ONTO INNOVATION INC (NYSE:ONTO) Emerges as a Top Affordable Growth Stock

ONTO INNOVATION INC (NYSE:ONTO) Emerges as a Top Affordable Growth Stock

ONTO INNOVATION INC (NYSE:ONTO) Emerges as a Top Affordable Growth Stock

The search for growth stocks at reasonable prices represents a cornerstone of disciplined investing, aiming to capture the upside potential of expanding companies without overpaying for that future prosperity. This strategy, often referred to as Growth at a Reasonable Price (GARP) or affordable growth, seeks to identify companies demonstrating strong growth trajectories while maintaining sound profitability and financial health, all at a valuation that does not appear excessive. By applying a systematic screen for stocks with high growth, profitability, and health ratings alongside a reasonable valuation score, investors can filter for opportunities that balance ambition with prudence. One such company emerging from this methodology is ONTO INNOVATION INC (NYSE:ONTO).

ONTO INNOVATION INC

Growth Trajectory

A core tenet of the affordable growth strategy is identifying companies with a demonstrably strong and sustainable expansion path.

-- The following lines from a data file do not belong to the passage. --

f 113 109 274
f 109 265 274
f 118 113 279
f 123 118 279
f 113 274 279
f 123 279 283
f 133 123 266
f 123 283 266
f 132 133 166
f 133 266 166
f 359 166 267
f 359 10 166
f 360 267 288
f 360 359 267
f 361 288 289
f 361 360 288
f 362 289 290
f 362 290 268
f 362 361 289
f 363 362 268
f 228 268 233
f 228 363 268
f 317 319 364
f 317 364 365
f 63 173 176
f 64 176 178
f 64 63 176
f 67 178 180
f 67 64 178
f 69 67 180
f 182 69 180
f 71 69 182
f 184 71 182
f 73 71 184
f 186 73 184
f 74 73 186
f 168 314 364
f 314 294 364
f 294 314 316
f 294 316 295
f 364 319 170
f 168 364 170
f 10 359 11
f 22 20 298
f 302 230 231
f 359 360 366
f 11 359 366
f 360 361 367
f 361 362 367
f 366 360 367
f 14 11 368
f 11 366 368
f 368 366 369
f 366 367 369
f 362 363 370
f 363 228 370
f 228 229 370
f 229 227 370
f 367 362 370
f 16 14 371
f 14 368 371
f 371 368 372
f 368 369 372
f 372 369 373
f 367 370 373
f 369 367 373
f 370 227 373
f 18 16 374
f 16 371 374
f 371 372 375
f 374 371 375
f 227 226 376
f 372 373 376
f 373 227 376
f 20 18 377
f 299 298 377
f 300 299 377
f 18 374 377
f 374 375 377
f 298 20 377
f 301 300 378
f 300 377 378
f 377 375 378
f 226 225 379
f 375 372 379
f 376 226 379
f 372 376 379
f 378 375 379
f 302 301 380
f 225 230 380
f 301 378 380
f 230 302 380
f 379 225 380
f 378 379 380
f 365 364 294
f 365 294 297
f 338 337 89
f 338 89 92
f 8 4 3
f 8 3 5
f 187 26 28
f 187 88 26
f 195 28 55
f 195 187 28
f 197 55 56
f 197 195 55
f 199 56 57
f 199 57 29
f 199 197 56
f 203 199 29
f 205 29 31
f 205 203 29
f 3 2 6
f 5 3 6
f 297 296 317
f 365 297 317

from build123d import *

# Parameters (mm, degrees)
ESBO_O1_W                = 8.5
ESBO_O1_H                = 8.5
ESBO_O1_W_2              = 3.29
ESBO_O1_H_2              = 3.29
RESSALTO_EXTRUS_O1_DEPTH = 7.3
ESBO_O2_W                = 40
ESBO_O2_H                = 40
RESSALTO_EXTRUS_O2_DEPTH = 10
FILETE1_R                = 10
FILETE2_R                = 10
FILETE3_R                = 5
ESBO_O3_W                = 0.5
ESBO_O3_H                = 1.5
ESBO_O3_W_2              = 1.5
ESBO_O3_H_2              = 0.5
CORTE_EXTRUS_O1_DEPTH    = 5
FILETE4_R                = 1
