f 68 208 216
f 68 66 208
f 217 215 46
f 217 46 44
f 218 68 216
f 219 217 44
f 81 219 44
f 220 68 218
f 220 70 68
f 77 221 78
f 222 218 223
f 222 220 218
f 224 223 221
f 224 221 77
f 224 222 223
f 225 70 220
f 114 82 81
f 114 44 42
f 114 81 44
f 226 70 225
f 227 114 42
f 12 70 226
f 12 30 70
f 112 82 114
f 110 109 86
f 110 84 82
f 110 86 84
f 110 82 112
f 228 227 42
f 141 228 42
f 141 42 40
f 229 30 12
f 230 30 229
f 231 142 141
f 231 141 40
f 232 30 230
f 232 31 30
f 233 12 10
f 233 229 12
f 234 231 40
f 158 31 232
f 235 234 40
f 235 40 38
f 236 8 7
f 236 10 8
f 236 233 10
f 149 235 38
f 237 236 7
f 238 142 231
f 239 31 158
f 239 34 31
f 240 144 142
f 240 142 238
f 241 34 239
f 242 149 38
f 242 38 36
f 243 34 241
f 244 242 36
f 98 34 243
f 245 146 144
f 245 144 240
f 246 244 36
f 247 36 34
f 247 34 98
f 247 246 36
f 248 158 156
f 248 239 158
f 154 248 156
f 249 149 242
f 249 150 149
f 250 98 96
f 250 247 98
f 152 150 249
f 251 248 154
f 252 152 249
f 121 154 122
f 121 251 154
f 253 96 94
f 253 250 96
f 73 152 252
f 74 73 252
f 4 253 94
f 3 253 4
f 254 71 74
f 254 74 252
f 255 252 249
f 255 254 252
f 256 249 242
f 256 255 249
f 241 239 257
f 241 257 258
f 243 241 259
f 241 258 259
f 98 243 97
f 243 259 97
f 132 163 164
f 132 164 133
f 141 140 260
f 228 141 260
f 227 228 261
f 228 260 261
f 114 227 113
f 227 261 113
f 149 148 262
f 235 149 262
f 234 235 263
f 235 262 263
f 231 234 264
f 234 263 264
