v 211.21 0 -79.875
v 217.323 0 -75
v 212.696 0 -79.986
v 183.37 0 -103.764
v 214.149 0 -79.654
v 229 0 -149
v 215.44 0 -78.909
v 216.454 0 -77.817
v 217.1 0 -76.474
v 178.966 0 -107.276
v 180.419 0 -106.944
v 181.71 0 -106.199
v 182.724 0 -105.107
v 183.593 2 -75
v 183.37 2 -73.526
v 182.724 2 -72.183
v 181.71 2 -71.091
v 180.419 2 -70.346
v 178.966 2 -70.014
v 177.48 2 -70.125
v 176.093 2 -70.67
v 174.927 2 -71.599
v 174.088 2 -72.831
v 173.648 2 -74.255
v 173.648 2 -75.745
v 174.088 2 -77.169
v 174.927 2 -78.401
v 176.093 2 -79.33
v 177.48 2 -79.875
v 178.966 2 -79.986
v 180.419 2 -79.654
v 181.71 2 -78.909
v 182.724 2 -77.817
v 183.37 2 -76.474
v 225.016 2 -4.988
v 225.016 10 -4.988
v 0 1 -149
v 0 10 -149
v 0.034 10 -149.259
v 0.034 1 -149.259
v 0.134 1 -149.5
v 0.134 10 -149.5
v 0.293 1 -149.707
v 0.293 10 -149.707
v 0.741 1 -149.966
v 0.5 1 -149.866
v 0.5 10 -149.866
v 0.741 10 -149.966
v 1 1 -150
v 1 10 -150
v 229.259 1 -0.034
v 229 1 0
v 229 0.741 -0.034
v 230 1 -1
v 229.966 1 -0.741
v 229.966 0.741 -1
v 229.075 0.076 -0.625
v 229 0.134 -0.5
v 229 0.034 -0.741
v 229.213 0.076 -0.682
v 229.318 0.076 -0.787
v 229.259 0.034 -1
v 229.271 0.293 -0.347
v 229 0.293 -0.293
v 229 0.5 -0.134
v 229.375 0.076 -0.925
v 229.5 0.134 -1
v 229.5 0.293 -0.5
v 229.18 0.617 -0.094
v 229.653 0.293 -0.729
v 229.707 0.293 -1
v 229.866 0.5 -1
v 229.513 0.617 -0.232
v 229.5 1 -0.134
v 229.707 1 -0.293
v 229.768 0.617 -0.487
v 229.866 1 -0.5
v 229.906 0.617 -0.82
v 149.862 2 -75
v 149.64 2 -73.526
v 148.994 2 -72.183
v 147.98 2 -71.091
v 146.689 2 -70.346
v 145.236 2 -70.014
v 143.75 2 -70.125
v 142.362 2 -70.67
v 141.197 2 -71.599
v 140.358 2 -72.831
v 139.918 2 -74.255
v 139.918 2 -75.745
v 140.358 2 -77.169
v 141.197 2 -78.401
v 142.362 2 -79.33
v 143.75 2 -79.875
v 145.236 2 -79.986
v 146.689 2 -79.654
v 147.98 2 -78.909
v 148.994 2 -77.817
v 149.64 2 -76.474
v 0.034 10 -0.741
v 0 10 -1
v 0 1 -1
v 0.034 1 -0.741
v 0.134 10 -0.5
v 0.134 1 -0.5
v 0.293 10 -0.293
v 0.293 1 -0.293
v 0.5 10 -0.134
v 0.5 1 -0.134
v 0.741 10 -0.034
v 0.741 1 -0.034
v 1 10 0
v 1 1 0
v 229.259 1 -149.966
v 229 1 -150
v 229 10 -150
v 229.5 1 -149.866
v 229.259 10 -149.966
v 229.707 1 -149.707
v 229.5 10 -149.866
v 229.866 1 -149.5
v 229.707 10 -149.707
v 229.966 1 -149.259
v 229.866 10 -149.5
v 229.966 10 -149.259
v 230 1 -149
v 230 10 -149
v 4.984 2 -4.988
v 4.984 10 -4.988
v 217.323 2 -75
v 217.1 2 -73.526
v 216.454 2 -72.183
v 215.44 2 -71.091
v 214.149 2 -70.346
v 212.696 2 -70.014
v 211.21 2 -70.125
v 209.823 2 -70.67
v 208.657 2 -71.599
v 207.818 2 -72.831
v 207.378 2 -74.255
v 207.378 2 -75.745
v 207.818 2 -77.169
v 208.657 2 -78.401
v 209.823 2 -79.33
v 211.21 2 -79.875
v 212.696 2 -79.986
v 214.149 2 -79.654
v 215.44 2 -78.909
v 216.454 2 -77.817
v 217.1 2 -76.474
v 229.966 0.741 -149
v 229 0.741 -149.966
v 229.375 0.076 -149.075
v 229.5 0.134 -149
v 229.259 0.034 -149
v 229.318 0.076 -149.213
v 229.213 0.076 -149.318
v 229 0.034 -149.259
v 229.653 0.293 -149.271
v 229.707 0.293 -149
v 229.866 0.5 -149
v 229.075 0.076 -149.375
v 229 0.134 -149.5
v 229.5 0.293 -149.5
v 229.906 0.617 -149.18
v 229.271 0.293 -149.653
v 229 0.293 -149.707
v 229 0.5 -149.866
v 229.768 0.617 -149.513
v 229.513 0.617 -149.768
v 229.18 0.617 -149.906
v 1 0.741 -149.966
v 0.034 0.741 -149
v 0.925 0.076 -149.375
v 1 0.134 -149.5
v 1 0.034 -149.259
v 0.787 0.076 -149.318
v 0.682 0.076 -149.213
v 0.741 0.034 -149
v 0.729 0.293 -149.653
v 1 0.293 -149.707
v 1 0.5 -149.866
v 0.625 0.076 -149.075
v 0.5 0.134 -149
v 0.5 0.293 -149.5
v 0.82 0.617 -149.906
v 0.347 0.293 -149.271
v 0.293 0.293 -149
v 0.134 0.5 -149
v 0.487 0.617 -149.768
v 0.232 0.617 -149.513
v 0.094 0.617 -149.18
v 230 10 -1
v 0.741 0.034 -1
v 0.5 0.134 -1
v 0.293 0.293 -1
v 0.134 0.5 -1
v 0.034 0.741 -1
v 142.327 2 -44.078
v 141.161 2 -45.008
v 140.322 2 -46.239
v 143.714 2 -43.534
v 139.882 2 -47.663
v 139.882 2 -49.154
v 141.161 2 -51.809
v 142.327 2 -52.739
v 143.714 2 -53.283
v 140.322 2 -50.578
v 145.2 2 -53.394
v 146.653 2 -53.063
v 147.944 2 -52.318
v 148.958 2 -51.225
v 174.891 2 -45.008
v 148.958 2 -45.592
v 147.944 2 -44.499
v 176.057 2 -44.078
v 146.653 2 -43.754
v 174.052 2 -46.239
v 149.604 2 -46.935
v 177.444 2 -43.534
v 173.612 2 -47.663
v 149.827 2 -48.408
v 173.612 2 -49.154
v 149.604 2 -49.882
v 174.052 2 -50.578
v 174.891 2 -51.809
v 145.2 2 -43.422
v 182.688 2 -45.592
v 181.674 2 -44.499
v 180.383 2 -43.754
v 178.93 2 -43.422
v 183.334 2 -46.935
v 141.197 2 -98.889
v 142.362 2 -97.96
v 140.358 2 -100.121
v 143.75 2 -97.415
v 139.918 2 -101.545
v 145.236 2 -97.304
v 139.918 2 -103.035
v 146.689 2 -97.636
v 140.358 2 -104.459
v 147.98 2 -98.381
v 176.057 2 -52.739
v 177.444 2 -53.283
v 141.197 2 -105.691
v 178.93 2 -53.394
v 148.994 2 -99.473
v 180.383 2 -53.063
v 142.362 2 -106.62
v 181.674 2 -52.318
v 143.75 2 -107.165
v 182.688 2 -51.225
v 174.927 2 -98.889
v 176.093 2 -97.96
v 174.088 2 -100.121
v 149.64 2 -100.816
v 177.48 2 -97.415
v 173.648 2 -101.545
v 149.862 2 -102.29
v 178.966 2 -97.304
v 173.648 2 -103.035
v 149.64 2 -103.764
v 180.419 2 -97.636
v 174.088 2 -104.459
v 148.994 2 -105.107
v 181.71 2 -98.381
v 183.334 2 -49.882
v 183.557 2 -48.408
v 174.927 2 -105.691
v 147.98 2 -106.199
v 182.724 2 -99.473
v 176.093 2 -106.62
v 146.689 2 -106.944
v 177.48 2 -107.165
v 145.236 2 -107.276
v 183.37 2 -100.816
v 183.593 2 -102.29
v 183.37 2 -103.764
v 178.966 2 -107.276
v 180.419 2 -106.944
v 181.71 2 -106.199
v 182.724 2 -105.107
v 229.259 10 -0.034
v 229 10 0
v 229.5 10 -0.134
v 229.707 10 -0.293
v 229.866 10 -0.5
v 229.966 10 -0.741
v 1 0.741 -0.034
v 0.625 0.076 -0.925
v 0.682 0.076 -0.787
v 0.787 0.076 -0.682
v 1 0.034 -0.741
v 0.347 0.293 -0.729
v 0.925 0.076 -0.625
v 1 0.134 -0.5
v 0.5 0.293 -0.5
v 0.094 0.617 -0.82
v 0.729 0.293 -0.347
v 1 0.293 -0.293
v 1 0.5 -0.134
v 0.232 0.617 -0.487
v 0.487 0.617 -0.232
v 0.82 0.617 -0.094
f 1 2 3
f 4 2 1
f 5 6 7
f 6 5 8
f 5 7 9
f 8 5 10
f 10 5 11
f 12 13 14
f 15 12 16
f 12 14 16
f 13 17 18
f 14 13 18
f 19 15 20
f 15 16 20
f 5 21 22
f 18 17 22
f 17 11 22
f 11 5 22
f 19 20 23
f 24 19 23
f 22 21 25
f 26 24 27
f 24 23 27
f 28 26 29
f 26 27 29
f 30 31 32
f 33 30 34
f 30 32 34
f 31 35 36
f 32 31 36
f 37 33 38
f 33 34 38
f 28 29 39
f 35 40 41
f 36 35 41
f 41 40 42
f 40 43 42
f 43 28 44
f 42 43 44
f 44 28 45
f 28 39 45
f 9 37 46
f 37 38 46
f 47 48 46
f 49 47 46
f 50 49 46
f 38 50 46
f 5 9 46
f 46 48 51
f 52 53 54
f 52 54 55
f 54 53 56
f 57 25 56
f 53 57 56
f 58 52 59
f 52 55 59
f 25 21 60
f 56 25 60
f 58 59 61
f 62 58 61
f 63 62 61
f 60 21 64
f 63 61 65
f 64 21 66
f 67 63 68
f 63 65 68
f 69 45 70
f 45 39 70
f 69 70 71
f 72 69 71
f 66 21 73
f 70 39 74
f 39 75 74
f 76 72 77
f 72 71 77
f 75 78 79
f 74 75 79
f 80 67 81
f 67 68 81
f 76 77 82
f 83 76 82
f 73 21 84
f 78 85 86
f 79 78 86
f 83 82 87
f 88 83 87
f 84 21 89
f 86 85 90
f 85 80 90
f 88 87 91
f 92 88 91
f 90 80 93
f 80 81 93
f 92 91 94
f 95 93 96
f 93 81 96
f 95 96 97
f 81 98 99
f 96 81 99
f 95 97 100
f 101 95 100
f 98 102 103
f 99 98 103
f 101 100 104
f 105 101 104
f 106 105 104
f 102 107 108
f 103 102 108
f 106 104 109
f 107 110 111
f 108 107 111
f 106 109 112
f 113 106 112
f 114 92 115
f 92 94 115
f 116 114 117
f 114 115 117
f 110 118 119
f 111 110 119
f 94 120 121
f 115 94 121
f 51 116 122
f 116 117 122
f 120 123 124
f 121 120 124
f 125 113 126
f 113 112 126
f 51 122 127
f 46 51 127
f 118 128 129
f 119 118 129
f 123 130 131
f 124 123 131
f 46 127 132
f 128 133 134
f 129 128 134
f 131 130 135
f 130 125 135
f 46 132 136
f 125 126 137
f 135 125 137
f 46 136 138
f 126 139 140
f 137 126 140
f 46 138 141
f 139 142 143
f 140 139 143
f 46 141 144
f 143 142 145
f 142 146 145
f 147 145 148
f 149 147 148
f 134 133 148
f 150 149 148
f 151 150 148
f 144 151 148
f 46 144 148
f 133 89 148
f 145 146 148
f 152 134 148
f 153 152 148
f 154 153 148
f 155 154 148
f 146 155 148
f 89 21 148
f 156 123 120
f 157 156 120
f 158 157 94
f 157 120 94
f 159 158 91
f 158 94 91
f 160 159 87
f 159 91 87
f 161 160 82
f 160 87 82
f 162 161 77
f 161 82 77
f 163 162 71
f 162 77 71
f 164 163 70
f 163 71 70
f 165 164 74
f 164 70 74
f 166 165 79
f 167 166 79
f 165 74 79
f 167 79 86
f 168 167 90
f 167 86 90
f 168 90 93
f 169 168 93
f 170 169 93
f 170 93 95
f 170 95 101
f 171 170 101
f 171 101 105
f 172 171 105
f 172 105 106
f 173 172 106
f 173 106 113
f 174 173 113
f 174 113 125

ONTO Innovation’s growth profile is a key reason it passes the initial screen, evidenced by its solid ChartMill Growth Rating of 8 out of 10. The company is not only growing but doing so at an impressive pace.

  • Earnings Per Share (EPS) has grown by 24.12% over the past year, with a notable 3-year average annual growth rate of 36.96%.
  • Revenue has increased by 15.51% in the last year, supported by a strong 3-year average annual growth rate of 26.41%.
  • Looking forward, analysts project continued strong growth, with expected annual EPS growth of 15.71% and Revenue growth of 13.58%.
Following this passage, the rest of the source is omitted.